Los Angeles Angels – No. 58
- Pitcher
- Born: January 26, 2002 (age 24) West Bend, Wisconsin, U.S.
- Bats: RightThrows: Right

MLB debut
- April 5, 2026, for the Los Angeles Angels

MLB statistics (through August 12, 2026)
- Win–loss record: 1–1
- Earned run average: 5.52
- Strikeouts: 14

Teams
- Los Angeles Angels (2026–present);

= George Klassen =

American baseball player (born 2002)

George Edward Klassen (born January 26, 2002) is an American professional baseball pitcher for the Los Angeles Angels of Major League Baseball (MLB). He made his MLB debut in 2026.

==Amateur career==
Klassen attended Port Washington High School in Port Washington, Wisconsin. In 2019 season as a junior, he recorded 56 strikeouts in 22 innings pitched, allowing only 10 hits. As a two way player, he batted .362 with 25 hits. He also played for the GRB Rays and Midwest Reds Scout Team, posting a 5-2 with 39 strikeouts in 38 innings pitched over 3 seasons. At the 2020 Major League Baseball draft class, he was ranked No. 259 overall player by Baseball America. Furthermore, Perfect Game USA ranked him as No. 1 pitcher and No. 2 overall player in the state.

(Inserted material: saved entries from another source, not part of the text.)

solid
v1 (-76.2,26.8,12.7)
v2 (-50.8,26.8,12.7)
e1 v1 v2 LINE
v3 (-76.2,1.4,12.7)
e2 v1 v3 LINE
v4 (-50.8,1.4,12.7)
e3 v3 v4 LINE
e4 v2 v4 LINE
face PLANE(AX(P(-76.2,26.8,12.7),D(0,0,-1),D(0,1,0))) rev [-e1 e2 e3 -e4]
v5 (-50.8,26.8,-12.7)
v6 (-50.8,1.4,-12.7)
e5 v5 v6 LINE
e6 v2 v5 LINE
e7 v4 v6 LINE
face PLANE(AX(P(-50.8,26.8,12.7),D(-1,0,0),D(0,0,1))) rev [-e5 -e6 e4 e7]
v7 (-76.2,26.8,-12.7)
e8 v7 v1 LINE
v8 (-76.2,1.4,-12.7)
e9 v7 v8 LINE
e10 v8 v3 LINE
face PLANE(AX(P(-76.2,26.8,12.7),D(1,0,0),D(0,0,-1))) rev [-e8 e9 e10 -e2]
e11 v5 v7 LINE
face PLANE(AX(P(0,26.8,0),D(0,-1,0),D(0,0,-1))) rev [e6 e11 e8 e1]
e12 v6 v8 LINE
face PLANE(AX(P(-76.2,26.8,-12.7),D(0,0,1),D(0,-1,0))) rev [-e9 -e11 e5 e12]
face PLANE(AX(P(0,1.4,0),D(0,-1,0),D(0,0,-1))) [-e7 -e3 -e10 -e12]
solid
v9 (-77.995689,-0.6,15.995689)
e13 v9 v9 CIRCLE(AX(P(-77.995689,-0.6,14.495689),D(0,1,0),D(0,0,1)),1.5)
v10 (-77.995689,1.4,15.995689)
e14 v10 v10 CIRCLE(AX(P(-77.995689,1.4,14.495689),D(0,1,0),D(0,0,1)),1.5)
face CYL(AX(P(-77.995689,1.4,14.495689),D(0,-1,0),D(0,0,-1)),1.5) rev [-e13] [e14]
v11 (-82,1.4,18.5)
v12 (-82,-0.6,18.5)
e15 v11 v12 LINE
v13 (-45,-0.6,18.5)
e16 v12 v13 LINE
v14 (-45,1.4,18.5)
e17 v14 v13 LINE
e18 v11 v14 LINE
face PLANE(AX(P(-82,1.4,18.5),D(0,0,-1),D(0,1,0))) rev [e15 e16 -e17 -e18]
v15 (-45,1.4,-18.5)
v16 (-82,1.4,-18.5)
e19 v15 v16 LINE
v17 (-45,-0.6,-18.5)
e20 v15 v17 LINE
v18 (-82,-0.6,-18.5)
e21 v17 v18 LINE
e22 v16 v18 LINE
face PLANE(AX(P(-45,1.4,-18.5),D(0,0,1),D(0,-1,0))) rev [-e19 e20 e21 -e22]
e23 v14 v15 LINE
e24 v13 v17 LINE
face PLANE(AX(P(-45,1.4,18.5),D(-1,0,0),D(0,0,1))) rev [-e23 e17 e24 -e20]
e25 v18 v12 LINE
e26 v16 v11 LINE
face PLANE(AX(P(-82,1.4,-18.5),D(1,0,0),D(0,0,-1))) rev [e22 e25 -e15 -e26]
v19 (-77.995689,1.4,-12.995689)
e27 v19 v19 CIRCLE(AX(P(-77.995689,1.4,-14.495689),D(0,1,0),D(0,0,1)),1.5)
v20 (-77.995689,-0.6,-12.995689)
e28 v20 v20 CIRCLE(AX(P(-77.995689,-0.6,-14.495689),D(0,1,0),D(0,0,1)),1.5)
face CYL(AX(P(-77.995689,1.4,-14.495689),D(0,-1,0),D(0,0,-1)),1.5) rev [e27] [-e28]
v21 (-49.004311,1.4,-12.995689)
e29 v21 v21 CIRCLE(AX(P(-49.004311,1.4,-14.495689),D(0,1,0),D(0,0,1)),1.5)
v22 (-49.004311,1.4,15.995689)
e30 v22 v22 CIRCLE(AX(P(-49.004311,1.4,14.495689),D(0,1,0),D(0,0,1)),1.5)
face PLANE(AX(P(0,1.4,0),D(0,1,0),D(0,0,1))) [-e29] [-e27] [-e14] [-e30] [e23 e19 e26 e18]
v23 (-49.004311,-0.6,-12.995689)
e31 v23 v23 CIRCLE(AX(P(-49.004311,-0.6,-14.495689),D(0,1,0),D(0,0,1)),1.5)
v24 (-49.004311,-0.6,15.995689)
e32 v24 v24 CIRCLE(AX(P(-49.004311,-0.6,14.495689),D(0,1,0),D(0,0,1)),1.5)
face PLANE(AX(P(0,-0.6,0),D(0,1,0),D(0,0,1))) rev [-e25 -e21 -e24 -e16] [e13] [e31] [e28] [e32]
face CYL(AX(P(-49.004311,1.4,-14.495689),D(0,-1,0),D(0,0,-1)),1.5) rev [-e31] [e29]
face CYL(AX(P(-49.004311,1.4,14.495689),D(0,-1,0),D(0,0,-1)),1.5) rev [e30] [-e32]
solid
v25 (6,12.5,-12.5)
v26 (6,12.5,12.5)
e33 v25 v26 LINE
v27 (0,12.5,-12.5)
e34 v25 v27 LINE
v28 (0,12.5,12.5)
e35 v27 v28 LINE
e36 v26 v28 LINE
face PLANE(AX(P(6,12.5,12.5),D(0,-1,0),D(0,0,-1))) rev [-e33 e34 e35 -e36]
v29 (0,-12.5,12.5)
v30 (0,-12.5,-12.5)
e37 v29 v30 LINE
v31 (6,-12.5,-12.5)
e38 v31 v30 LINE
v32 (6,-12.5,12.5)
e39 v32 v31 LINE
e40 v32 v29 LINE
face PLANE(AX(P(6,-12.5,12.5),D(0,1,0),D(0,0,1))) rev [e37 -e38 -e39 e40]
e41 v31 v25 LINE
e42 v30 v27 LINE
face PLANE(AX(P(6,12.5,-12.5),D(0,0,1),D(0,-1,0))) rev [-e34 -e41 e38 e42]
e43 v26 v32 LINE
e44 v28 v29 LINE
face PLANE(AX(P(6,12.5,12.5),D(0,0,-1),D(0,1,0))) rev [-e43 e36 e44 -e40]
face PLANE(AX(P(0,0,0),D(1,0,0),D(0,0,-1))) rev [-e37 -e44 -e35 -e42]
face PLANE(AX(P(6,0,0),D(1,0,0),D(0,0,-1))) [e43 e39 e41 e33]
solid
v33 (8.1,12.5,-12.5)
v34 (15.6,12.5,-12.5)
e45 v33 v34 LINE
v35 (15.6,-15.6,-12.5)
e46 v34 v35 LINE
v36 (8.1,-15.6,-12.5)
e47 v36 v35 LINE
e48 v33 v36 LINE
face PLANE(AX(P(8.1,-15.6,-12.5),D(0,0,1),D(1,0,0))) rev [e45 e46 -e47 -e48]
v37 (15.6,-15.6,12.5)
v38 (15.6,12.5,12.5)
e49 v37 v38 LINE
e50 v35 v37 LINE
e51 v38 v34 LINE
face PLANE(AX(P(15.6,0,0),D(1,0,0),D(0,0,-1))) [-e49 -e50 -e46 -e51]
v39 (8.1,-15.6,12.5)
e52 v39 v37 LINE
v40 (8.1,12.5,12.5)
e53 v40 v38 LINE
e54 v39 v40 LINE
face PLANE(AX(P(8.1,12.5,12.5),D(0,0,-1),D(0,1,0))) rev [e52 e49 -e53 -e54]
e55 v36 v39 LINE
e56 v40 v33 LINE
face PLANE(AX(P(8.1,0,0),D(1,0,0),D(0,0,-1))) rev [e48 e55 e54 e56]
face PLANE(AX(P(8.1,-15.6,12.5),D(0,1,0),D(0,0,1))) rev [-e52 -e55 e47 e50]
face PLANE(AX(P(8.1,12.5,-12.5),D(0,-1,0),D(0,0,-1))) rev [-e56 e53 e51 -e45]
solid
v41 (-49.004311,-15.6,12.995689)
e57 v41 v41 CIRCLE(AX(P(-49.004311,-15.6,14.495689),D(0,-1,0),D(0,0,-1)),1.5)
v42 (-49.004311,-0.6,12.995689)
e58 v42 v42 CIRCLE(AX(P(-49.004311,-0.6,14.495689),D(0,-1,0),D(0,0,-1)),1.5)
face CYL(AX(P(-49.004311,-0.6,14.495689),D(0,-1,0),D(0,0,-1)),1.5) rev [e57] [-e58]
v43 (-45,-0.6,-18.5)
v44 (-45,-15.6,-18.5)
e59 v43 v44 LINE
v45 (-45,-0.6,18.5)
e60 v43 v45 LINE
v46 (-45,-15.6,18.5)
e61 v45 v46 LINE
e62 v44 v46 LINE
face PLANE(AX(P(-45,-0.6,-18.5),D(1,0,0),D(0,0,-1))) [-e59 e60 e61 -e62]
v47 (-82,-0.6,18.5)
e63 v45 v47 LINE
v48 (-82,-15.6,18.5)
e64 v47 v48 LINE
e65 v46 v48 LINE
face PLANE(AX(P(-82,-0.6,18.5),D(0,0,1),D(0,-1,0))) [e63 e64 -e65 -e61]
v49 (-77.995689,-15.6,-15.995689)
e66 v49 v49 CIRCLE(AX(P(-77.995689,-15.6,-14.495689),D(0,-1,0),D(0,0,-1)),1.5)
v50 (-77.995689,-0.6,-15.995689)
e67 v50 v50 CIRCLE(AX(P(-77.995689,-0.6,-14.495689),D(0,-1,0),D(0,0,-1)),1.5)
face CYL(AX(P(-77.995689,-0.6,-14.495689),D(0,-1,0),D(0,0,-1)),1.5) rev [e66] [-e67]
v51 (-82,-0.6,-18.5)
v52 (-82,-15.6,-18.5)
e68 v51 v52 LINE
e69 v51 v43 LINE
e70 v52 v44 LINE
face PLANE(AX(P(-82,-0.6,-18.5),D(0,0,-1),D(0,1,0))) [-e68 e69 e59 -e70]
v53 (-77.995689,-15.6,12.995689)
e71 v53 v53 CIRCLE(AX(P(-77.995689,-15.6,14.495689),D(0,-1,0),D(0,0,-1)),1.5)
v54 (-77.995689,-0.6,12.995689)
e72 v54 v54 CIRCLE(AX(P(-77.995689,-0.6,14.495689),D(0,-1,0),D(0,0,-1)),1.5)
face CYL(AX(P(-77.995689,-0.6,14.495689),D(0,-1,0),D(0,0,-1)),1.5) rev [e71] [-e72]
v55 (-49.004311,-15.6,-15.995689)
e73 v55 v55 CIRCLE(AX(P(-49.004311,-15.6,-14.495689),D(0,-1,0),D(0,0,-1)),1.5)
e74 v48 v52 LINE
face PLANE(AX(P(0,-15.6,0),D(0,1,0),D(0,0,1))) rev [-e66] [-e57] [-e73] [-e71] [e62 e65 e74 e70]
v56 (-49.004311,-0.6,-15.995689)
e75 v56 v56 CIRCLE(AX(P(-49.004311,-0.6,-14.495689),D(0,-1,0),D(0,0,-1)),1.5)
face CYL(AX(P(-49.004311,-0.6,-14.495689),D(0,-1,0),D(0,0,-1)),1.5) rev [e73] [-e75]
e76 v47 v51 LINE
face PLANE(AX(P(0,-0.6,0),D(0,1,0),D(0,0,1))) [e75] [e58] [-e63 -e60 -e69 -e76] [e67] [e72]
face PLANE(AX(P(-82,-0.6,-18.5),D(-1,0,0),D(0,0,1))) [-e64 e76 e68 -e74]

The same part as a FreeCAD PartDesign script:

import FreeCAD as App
import Part
import Sketcher

V = App.Vector

doc = App.newDocument("Part")
params = doc.addObject("Spreadsheet::Sheet", "Params")
for row, (alias, value) in enumerate([
    ("sketch1_width", "25 mm"),
    ("pad1_length", "6 mm"),
    ("sketch2_height", "25 mm"),
    ("sketch2_width", "28.1 mm"),
    ("pad2_length", "7.5 mm"),
    ("sketch3_diameter", "3 mm"),
    ("sketch3_width", "37 mm"),
    ("pad3_length", "15 mm"),
    ("sketch4_diameter", "3 mm"),
    ("sketch4_width", "37 mm"),
    ("pad4_length", "2 mm"),
    ("sketch5_width", "25.4 mm"),
    ("pad5_length", "25.4 mm"),
], start=1):
    params.set(f"A{row}", alias)
    params.set(f"B{row}", "=" + value)
    params.setAlias(f"B{row}", alias)

body = doc.addObject("PartDesign::Body", "Body")

# Sketch on YZ plane
sketch1 = body.newObject("Sketcher::SketchObject", "Sketch")
sketch1.AttachmentSupport = (doc.getObject("YZ_Plane"), [""])
sketch1.MapMode = "FlatFace"
sketch1.addGeometry(Part.LineSegment(V(12, 12, 0), V(-12, 12, 0)), False)
sketch1.addGeometry(Part.LineSegment(V(-12, 12, 0), V(-12, -12, 0)), False)
sketch1.addGeometry(Part.LineSegment(V(-12, -12, 0), V(12, -12, 0)), False)
sketch1.addGeometry(Part.LineSegment(V(12, -12, 0), V(12, 12, 0)), False)
sketch1.addConstraint(Sketcher.Constraint("Coincident", 0, 2, 1, 1))
sketch1.addConstraint(Sketcher.Constraint("Coincident", 1, 2, 2, 1))
sketch1.addConstraint(Sketcher.Constraint("Coincident", 2, 2, 3, 1))
sketch1.addConstraint(Sketcher.Constraint("Coincident", 3, 2, 0, 1))
sketch1.addConstraint(Sketcher.Constraint("Horizontal", 0))
sketch1.addConstraint(Sketcher.Constraint("Vertical", 1))
sketch1.addConstraint(Sketcher.Constraint("Horizontal", 2))
sketch1.addConstraint(Sketcher.Constraint("Vertical", 3))
sketch1.addConstraint(Sketcher.Constraint("Symmetric", 0, 2, 2, 2, -1, 1))
sketch1.addConstraint(Sketcher.Constraint("Equal", 2, 1))
sketch1.addConstraint(Sketcher.Constraint("DistanceX", 0, 2, 0, 1, 25.0))
sketch1.setExpression("Constraints[10]", "Params.sketch1_width")
pad1 = body.newObject("PartDesign::Pad", "Pad")
pad1.Profile = sketch1
pad1.setExpression("Length", "Params.pad1_length")
body2 = doc.addObject("PartDesign::Body", "Body001")

# Sketch on YZ plane
sketch2 = body2.newObject("Sketcher::SketchObject", "Sketch001")
sketch2.AttachmentSupport = (doc.getObject("YZ_Plane001"), [""])
sketch2.MapMode = "FlatFace"
sketch2.AttachmentOffset = App.Placement(V(0, 0, 15.6), App.Rotation())
sketch2.addGeometry(Part.LineSegment(V(12, -12, 0), V(-16, -12, 0)), False)
sketch2.addGeometry(Part.LineSegment(V(-16, -12, 0), V(-16, 12, 0)), False)
sketch2.addGeometry(Part.LineSegment(V(-16, 12, 0), V(12, 12, 0)), False)
sketch2.addGeometry(Part.LineSegment(V(12, 12, 0), V(12, -12, 0)), False)
sketch2.addConstraint(Sketcher.Constraint("Coincident", 0, 2, 1, 1))
sketch2.addConstraint(Sketcher.Constraint("Coincident", 1, 2, 2, 1))
sketch2.addConstraint(Sketcher.Constraint("Coincident", 2, 2, 3, 1))
sketch2.addConstraint(Sketcher.Constraint("Coincident", 3, 2, 0, 1))
sketch2.addConstraint(Sketcher.Constraint("Horizontal", 0))
sketch2.addConstraint(Sketcher.Constraint("Vertical", 1))
sketch2.addConstraint(Sketcher.Constraint("Horizontal", 2))
sketch2.addConstraint(Sketcher.Constraint("Vertical", 3))
sketch2.addConstraint(Sketcher.Constraint("DistanceY", 1, 1, 1, 2, 25.0))
sketch2.addConstraint(Sketcher.Constraint("DistanceX", 0, 2, 0, 1, 28.1))
sketch2.addConstraint(Sketcher.Constraint("DistanceX", 0, 2, -1, 1, 15.6))
sketch2.addConstraint(Sketcher.Constraint("DistanceY", 0, 2, -1, 1, 12.5))
sketch2.setExpression("Constraints[8]", "Params.sketch2_height")
sketch2.setExpression("Constraints[9]", "Params.sketch2_width")
pad2 = body2.newObject("PartDesign::Pad", "Pad001")
pad2.Profile = sketch2
pad2.setExpression("Length", "Params.pad2_length")
pad2.Reversed = True
body3 = doc.addObject("PartDesign::Body", "Body002")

Klassen played college baseball at the University of Minnesota. He missed his freshman year at Minnesota in 2021 after undergoing Tommy John Surgery. In 2022, he played collegiate summer baseball with the Lakeshore Chinooks of the Northwoods League. In his sophomore 2023 season, he had 5.72 ERA with 49 strikeouts in 56.2 innings pitched across 14 games, including 13 starts.

==Professional career==
===Philadelphia Phillies===
Klassen was selected by the Philadelphia Phillies in the sixth round of the 2023 Major League Baseball draft. He made his professional debut in 2024 with the Single-A Clearwater Threshers. Over the first 2 months of the season, he posted a 0.71 ERA, 0.87 WHIP and 57 strikeouts across 38.0 innings pitched. On June 11, Klassen was promoted to the High-A Jersey Shore Blue Claws. At High-A, he made 5 starts, posting a 4.22 ERA with 1.17 WHIP and 32 strikeouts in 21.1 innings pitched.

===Los Angeles Angels===
On July 27, 2024, the Phillies traded Klassen and Samuel Aldegheri to the Los Angeles Angels in exchange for Carlos Estévez. In 2024, he played in four teams, posting a 3.10 ERA with 135 strikeouts and 46 walks in 93 innings pitched. Klassen started 2025 with Double-A Rocket City Trash Pandas. He was named the Angels’ representative in the 2025 All-Star Futures Game on July 12. He was promoted to the Triple-A Salt Lake Bees on September 16. Between the two levels, he had a combined ERA of 5.22 with a 4-12 record, 134 strikeouts and 47 walks in 108.2 innings pitched over 25 starts.

On April 5, 2026, the Angels promoted Klassen to the major leagues, and he pitched 2 2/3 innings later that night in a debut against the Seattle Mariners. After pitching another two innings on April 11, Klassen bruised his right index finger and his ERA stood at 13.50, resulting in his return to Salt Lake.